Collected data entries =
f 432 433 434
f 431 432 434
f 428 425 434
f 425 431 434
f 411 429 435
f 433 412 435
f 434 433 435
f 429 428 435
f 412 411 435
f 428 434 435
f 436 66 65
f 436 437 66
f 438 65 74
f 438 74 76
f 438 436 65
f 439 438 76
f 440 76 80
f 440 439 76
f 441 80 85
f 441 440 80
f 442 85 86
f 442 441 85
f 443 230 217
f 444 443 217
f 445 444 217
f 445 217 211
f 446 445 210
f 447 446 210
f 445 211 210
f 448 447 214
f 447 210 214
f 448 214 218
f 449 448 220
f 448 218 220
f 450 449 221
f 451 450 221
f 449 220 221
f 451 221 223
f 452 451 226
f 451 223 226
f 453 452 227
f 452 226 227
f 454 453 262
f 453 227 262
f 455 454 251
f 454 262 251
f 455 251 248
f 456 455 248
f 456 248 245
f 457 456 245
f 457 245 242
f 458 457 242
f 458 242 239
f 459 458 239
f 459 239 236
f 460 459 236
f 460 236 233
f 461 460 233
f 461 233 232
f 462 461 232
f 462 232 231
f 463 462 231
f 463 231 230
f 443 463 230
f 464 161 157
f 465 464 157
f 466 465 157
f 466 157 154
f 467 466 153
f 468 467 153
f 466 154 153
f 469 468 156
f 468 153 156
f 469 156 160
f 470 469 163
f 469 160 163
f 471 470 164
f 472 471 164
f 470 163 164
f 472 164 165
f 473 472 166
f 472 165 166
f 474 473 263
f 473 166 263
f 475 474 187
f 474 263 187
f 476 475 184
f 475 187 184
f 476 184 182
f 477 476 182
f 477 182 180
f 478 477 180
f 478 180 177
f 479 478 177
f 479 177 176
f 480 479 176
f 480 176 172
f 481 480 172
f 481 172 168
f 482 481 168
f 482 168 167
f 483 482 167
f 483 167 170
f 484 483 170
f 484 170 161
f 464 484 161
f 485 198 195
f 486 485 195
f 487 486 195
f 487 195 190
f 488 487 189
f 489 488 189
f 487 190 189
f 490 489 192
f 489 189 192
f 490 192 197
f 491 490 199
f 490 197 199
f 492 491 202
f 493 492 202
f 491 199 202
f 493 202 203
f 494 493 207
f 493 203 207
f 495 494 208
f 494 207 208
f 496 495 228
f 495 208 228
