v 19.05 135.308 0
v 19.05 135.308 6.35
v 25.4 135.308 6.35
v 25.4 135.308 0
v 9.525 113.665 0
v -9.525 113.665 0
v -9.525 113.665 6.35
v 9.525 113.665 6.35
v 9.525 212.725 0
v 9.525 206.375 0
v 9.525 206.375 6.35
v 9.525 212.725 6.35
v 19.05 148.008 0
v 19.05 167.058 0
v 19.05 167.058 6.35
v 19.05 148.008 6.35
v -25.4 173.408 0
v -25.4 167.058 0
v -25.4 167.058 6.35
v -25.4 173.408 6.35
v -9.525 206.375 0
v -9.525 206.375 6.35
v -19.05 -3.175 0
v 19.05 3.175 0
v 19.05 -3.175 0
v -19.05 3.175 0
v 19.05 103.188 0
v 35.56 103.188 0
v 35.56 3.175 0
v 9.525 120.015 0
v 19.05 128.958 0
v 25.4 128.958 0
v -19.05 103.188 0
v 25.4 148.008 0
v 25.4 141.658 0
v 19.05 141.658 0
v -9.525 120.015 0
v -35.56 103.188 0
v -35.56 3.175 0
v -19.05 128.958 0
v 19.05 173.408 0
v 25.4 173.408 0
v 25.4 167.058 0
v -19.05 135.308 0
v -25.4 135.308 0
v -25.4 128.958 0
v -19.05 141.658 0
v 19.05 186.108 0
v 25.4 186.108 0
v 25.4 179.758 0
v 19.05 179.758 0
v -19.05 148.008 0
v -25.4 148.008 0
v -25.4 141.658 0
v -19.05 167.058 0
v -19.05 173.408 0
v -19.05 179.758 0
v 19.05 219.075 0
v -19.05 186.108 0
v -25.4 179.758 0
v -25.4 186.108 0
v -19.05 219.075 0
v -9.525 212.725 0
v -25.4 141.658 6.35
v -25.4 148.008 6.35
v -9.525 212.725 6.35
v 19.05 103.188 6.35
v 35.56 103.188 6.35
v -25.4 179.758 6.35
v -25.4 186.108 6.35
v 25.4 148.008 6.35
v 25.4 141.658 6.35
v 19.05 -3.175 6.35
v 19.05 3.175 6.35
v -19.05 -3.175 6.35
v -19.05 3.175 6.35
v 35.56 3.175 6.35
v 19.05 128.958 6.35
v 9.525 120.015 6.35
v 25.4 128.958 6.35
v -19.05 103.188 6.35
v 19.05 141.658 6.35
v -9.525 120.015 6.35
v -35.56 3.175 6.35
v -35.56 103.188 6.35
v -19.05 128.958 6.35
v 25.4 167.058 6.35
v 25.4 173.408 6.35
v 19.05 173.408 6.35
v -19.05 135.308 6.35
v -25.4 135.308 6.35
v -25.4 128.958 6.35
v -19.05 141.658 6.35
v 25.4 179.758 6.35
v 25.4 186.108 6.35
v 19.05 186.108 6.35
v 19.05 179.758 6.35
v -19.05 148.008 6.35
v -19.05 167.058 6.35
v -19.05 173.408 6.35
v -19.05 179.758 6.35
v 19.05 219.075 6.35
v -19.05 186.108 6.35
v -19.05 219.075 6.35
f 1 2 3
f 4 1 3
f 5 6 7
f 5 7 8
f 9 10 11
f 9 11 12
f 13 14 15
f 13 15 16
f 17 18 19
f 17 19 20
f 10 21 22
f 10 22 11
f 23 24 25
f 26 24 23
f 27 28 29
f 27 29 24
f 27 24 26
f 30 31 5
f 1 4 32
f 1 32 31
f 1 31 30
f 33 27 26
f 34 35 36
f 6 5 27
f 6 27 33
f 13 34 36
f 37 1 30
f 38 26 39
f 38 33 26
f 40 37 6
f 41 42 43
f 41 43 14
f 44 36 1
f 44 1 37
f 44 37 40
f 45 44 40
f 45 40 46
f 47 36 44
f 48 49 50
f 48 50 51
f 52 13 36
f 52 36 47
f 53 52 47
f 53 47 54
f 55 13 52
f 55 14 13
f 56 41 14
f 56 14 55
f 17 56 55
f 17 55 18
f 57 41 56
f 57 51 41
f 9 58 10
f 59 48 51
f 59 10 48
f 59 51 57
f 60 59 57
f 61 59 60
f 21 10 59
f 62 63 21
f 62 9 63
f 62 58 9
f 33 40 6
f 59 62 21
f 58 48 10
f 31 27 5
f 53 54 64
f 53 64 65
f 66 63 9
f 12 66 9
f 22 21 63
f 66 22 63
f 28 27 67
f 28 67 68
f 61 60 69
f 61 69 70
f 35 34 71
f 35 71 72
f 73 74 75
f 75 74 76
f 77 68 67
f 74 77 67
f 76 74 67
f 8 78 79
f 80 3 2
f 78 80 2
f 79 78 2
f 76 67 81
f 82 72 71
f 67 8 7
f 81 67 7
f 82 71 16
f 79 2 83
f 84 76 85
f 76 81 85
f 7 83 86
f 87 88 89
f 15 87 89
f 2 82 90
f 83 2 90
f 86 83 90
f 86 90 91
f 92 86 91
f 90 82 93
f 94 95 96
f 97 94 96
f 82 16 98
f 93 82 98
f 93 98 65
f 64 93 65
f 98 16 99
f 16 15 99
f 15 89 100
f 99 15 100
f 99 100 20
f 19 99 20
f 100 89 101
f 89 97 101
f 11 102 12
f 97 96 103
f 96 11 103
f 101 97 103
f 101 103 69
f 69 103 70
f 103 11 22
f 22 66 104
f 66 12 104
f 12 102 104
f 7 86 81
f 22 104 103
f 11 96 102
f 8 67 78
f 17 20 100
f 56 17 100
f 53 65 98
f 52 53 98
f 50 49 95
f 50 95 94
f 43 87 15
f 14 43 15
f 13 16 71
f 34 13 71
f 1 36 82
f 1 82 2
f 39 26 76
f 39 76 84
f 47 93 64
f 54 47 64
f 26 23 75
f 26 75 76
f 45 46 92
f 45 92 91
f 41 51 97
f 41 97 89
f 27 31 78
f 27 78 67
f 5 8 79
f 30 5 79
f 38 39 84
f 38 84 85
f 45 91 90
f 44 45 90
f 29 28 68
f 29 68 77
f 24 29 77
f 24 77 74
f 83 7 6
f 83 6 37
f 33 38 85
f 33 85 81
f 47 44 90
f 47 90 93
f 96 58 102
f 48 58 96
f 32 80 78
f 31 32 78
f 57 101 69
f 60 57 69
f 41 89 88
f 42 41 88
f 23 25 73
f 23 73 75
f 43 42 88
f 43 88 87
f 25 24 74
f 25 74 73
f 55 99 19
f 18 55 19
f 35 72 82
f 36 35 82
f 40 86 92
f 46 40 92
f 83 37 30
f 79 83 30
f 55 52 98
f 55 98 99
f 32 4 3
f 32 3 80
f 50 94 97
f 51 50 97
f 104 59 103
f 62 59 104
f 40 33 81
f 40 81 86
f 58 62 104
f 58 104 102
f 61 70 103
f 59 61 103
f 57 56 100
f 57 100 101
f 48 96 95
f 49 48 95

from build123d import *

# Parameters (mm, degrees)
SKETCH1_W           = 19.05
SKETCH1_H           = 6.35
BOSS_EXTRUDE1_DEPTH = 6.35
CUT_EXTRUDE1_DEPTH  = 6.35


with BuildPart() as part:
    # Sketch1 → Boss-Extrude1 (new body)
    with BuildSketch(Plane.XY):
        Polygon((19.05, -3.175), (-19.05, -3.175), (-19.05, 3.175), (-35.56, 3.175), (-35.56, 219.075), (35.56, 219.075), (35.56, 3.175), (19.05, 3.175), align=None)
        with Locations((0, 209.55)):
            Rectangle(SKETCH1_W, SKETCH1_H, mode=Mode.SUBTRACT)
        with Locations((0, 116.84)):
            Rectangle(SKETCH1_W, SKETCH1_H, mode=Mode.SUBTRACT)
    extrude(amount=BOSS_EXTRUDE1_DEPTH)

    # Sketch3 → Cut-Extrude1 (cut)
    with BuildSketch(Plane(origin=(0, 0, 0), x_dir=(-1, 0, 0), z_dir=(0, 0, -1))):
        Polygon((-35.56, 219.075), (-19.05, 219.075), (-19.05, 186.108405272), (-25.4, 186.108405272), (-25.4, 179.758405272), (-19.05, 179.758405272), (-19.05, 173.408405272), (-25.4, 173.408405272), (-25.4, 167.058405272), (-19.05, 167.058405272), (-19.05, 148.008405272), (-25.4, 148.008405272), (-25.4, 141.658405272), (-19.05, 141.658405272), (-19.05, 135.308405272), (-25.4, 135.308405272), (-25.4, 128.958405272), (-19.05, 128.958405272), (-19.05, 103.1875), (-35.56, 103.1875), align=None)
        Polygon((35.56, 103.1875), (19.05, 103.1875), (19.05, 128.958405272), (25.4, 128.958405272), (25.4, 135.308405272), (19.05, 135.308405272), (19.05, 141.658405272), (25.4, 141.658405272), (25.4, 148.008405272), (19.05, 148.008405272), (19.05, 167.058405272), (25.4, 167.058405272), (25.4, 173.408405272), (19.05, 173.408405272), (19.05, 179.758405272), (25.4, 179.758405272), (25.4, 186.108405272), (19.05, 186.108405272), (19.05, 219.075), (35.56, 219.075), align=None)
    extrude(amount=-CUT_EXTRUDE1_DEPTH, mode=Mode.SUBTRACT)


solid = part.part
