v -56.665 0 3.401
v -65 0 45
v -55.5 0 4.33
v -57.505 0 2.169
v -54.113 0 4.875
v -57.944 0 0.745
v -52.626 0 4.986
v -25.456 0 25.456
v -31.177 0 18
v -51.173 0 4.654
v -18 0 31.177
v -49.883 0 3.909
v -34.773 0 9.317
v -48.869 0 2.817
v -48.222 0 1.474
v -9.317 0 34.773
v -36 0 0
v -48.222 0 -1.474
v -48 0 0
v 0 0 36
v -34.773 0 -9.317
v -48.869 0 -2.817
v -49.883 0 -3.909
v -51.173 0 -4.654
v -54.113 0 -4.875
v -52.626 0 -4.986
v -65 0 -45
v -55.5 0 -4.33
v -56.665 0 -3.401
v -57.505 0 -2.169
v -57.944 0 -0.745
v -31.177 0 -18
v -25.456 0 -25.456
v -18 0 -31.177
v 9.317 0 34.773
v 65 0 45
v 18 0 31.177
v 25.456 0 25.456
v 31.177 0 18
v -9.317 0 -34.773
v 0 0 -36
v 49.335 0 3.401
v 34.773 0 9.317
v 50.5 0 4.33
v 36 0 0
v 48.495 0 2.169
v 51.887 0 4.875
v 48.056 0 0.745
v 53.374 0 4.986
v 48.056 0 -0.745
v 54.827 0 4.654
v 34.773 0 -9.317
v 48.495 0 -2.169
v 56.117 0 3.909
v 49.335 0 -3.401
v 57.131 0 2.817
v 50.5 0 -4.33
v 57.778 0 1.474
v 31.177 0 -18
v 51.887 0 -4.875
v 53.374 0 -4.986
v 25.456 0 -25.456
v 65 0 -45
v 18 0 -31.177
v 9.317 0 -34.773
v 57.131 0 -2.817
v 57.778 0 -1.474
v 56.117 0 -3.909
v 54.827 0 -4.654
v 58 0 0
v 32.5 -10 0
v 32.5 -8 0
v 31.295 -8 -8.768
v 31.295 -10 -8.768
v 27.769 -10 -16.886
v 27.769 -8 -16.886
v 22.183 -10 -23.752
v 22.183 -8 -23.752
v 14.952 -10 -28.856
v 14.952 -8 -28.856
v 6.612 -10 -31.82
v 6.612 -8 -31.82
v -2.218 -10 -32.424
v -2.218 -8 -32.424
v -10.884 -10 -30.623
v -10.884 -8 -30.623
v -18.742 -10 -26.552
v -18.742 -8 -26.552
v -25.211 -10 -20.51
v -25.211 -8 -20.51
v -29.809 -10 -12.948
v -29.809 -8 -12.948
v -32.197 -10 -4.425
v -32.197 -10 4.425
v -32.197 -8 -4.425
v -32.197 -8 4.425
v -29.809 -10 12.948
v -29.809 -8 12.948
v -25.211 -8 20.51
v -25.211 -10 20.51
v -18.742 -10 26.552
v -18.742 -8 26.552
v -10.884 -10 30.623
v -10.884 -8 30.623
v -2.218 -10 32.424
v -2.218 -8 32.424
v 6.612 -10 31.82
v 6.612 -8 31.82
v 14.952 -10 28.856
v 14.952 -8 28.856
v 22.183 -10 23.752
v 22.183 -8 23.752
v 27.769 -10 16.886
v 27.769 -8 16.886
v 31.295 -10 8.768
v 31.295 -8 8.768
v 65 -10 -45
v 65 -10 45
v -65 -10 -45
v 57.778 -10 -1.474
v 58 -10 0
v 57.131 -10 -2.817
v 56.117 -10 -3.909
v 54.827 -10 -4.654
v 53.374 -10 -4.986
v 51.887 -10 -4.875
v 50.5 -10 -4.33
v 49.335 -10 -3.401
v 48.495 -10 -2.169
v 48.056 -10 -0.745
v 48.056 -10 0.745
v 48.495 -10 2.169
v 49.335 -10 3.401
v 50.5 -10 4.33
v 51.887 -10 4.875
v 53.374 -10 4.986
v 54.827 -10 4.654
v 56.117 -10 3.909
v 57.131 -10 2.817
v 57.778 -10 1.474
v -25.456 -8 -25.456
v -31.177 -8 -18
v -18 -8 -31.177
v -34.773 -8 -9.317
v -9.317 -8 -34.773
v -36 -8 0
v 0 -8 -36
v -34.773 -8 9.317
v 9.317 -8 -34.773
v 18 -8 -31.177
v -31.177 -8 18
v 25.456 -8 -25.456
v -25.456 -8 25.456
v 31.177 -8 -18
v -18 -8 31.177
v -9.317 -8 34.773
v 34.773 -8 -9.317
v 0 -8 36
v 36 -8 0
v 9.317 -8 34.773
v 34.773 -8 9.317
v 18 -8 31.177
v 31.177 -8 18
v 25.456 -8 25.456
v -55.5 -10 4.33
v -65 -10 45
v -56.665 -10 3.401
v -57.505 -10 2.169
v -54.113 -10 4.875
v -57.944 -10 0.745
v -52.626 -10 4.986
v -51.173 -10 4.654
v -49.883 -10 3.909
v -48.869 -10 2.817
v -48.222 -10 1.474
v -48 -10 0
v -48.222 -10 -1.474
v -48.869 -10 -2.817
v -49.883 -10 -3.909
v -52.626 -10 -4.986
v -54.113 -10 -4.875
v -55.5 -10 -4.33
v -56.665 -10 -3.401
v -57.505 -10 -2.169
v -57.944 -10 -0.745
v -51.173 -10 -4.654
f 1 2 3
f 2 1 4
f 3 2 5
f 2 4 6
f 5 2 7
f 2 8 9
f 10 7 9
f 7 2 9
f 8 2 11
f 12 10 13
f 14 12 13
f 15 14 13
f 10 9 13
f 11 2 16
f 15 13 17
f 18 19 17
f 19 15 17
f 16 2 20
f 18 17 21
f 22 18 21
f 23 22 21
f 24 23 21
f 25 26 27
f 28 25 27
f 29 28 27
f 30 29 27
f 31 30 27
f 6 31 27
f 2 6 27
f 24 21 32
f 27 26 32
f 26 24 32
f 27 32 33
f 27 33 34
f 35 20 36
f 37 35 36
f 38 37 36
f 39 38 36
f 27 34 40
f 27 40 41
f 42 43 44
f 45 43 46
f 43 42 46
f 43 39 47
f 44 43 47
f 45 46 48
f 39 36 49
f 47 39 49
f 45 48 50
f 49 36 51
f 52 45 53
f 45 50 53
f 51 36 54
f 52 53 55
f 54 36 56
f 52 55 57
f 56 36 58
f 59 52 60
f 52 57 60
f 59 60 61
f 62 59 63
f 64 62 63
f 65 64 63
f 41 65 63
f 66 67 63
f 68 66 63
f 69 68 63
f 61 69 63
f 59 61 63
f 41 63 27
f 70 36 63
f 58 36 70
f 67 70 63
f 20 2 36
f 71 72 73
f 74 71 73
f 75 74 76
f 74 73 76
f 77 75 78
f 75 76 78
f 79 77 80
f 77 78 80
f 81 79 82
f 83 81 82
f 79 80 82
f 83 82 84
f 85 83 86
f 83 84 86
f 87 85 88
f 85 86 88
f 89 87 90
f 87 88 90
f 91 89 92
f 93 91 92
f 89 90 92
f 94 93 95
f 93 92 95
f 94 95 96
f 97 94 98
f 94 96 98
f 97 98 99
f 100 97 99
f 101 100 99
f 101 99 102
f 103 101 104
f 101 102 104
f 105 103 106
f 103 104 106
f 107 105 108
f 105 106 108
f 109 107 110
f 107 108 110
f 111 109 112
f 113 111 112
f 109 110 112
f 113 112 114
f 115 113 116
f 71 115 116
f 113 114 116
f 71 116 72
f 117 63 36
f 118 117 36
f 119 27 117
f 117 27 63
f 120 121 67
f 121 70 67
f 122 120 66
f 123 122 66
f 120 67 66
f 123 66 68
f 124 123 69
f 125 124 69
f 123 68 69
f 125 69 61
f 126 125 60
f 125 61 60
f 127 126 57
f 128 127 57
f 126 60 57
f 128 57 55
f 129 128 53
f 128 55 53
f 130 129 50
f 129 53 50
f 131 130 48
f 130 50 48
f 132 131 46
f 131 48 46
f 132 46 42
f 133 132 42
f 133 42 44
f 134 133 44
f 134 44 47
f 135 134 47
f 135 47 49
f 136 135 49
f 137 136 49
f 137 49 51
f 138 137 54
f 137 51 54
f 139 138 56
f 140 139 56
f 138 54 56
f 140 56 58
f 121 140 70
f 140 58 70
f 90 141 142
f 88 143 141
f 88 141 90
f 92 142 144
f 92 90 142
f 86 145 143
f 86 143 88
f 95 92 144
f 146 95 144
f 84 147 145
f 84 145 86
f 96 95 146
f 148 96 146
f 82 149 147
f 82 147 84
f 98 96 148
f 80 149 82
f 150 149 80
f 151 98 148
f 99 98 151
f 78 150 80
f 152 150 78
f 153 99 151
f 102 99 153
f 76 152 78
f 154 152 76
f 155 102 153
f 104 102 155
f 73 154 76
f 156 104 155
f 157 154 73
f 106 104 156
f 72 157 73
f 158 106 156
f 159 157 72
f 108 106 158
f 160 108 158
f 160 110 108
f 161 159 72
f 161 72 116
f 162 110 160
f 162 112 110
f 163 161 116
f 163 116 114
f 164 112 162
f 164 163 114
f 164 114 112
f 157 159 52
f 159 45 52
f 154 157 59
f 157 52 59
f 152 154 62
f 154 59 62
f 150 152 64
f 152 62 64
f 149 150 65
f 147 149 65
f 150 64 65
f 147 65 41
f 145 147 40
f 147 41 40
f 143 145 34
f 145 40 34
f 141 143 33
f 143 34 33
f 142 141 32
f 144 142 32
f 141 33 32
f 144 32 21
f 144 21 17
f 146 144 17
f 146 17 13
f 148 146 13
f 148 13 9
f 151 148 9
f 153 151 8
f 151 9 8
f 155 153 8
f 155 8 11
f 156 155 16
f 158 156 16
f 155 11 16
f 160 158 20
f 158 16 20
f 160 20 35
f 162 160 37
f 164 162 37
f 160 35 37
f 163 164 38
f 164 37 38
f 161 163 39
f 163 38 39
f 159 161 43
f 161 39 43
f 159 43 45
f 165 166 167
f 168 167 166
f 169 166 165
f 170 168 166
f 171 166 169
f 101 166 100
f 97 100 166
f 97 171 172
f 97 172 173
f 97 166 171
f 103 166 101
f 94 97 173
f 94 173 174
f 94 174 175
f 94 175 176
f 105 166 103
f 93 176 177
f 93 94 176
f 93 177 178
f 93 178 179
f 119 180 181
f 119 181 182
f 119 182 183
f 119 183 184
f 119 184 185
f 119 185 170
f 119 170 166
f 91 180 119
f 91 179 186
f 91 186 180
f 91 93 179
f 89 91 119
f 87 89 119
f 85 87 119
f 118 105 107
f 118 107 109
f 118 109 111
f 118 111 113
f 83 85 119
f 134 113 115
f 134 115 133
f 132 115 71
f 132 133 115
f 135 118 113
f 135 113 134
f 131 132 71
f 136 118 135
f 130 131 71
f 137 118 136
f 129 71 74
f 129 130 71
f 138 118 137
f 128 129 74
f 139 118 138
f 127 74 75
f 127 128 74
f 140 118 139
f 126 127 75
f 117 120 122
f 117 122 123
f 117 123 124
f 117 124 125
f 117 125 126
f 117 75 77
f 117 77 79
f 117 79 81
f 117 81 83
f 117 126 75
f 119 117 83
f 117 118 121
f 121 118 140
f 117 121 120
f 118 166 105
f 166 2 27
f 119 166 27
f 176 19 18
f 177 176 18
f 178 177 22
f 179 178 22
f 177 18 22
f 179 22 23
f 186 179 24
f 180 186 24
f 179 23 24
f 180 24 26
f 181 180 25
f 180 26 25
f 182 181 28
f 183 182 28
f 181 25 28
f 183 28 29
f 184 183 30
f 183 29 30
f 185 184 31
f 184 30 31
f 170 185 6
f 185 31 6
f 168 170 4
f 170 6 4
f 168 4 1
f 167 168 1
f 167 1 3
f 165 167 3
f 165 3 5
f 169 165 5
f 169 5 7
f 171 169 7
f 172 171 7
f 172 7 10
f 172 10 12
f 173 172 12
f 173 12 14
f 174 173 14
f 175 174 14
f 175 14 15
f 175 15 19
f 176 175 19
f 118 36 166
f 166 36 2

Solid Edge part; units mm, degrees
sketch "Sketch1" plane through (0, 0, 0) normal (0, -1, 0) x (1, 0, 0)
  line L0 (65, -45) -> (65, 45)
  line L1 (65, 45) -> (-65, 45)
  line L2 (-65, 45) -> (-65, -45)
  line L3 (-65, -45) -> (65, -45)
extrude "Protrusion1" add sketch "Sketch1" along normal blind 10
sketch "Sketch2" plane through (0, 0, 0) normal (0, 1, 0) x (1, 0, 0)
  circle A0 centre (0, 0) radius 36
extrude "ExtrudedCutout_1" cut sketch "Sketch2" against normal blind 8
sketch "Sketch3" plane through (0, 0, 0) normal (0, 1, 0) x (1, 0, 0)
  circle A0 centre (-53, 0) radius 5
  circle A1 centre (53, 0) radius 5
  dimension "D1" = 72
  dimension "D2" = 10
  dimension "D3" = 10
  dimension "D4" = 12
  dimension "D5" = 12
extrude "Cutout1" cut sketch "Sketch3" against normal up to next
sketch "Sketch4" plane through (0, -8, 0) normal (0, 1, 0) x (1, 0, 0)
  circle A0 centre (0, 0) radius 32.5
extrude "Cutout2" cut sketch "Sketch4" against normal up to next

Task details = Set down again, word for word, the stretch of records from the line with "v 25.4 148.008 0" to the line with "v 19.05 141.658 6.35", both of those lines included.

Output =
v 25.4 148.008 0
v 25.4 141.658 0
v 19.05 141.658 0
v -9.525 120.015 0
v -35.56 103.188 0
v -35.56 3.175 0
v -19.05 128.958 0
v 19.05 173.408 0
v 25.4 173.408 0
v 25.4 167.058 0
v -19.05 135.308 0
v -25.4 135.308 0
v -25.4 128.958 0
v -19.05 141.658 0
v 19.05 186.108 0
v 25.4 186.108 0
v 25.4 179.758 0
v 19.05 179.758 0
v -19.05 148.008 0
v -25.4 148.008 0
v -25.4 141.658 0
v -19.05 167.058 0
v -19.05 173.408 0
v -19.05 179.758 0
v 19.05 219.075 0
v -19.05 186.108 0
v -25.4 179.758 0
v -25.4 186.108 0
v -19.05 219.075 0
v -9.525 212.725 0
v -25.4 141.658 6.35
v -25.4 148.008 6.35
v -9.525 212.725 6.35
v 19.05 103.188 6.35
v 35.56 103.188 6.35
v -25.4 179.758 6.35
v -25.4 186.108 6.35
v 25.4 148.008 6.35
v 25.4 141.658 6.35
v 19.05 -3.175 6.35
v 19.05 3.175 6.35
v -19.05 -3.175 6.35
v -19.05 3.175 6.35
v 35.56 3.175 6.35
v 19.05 128.958 6.35
v 9.525 120.015 6.35
v 25.4 128.958 6.35
v -19.05 103.188 6.35
v 19.05 141.658 6.35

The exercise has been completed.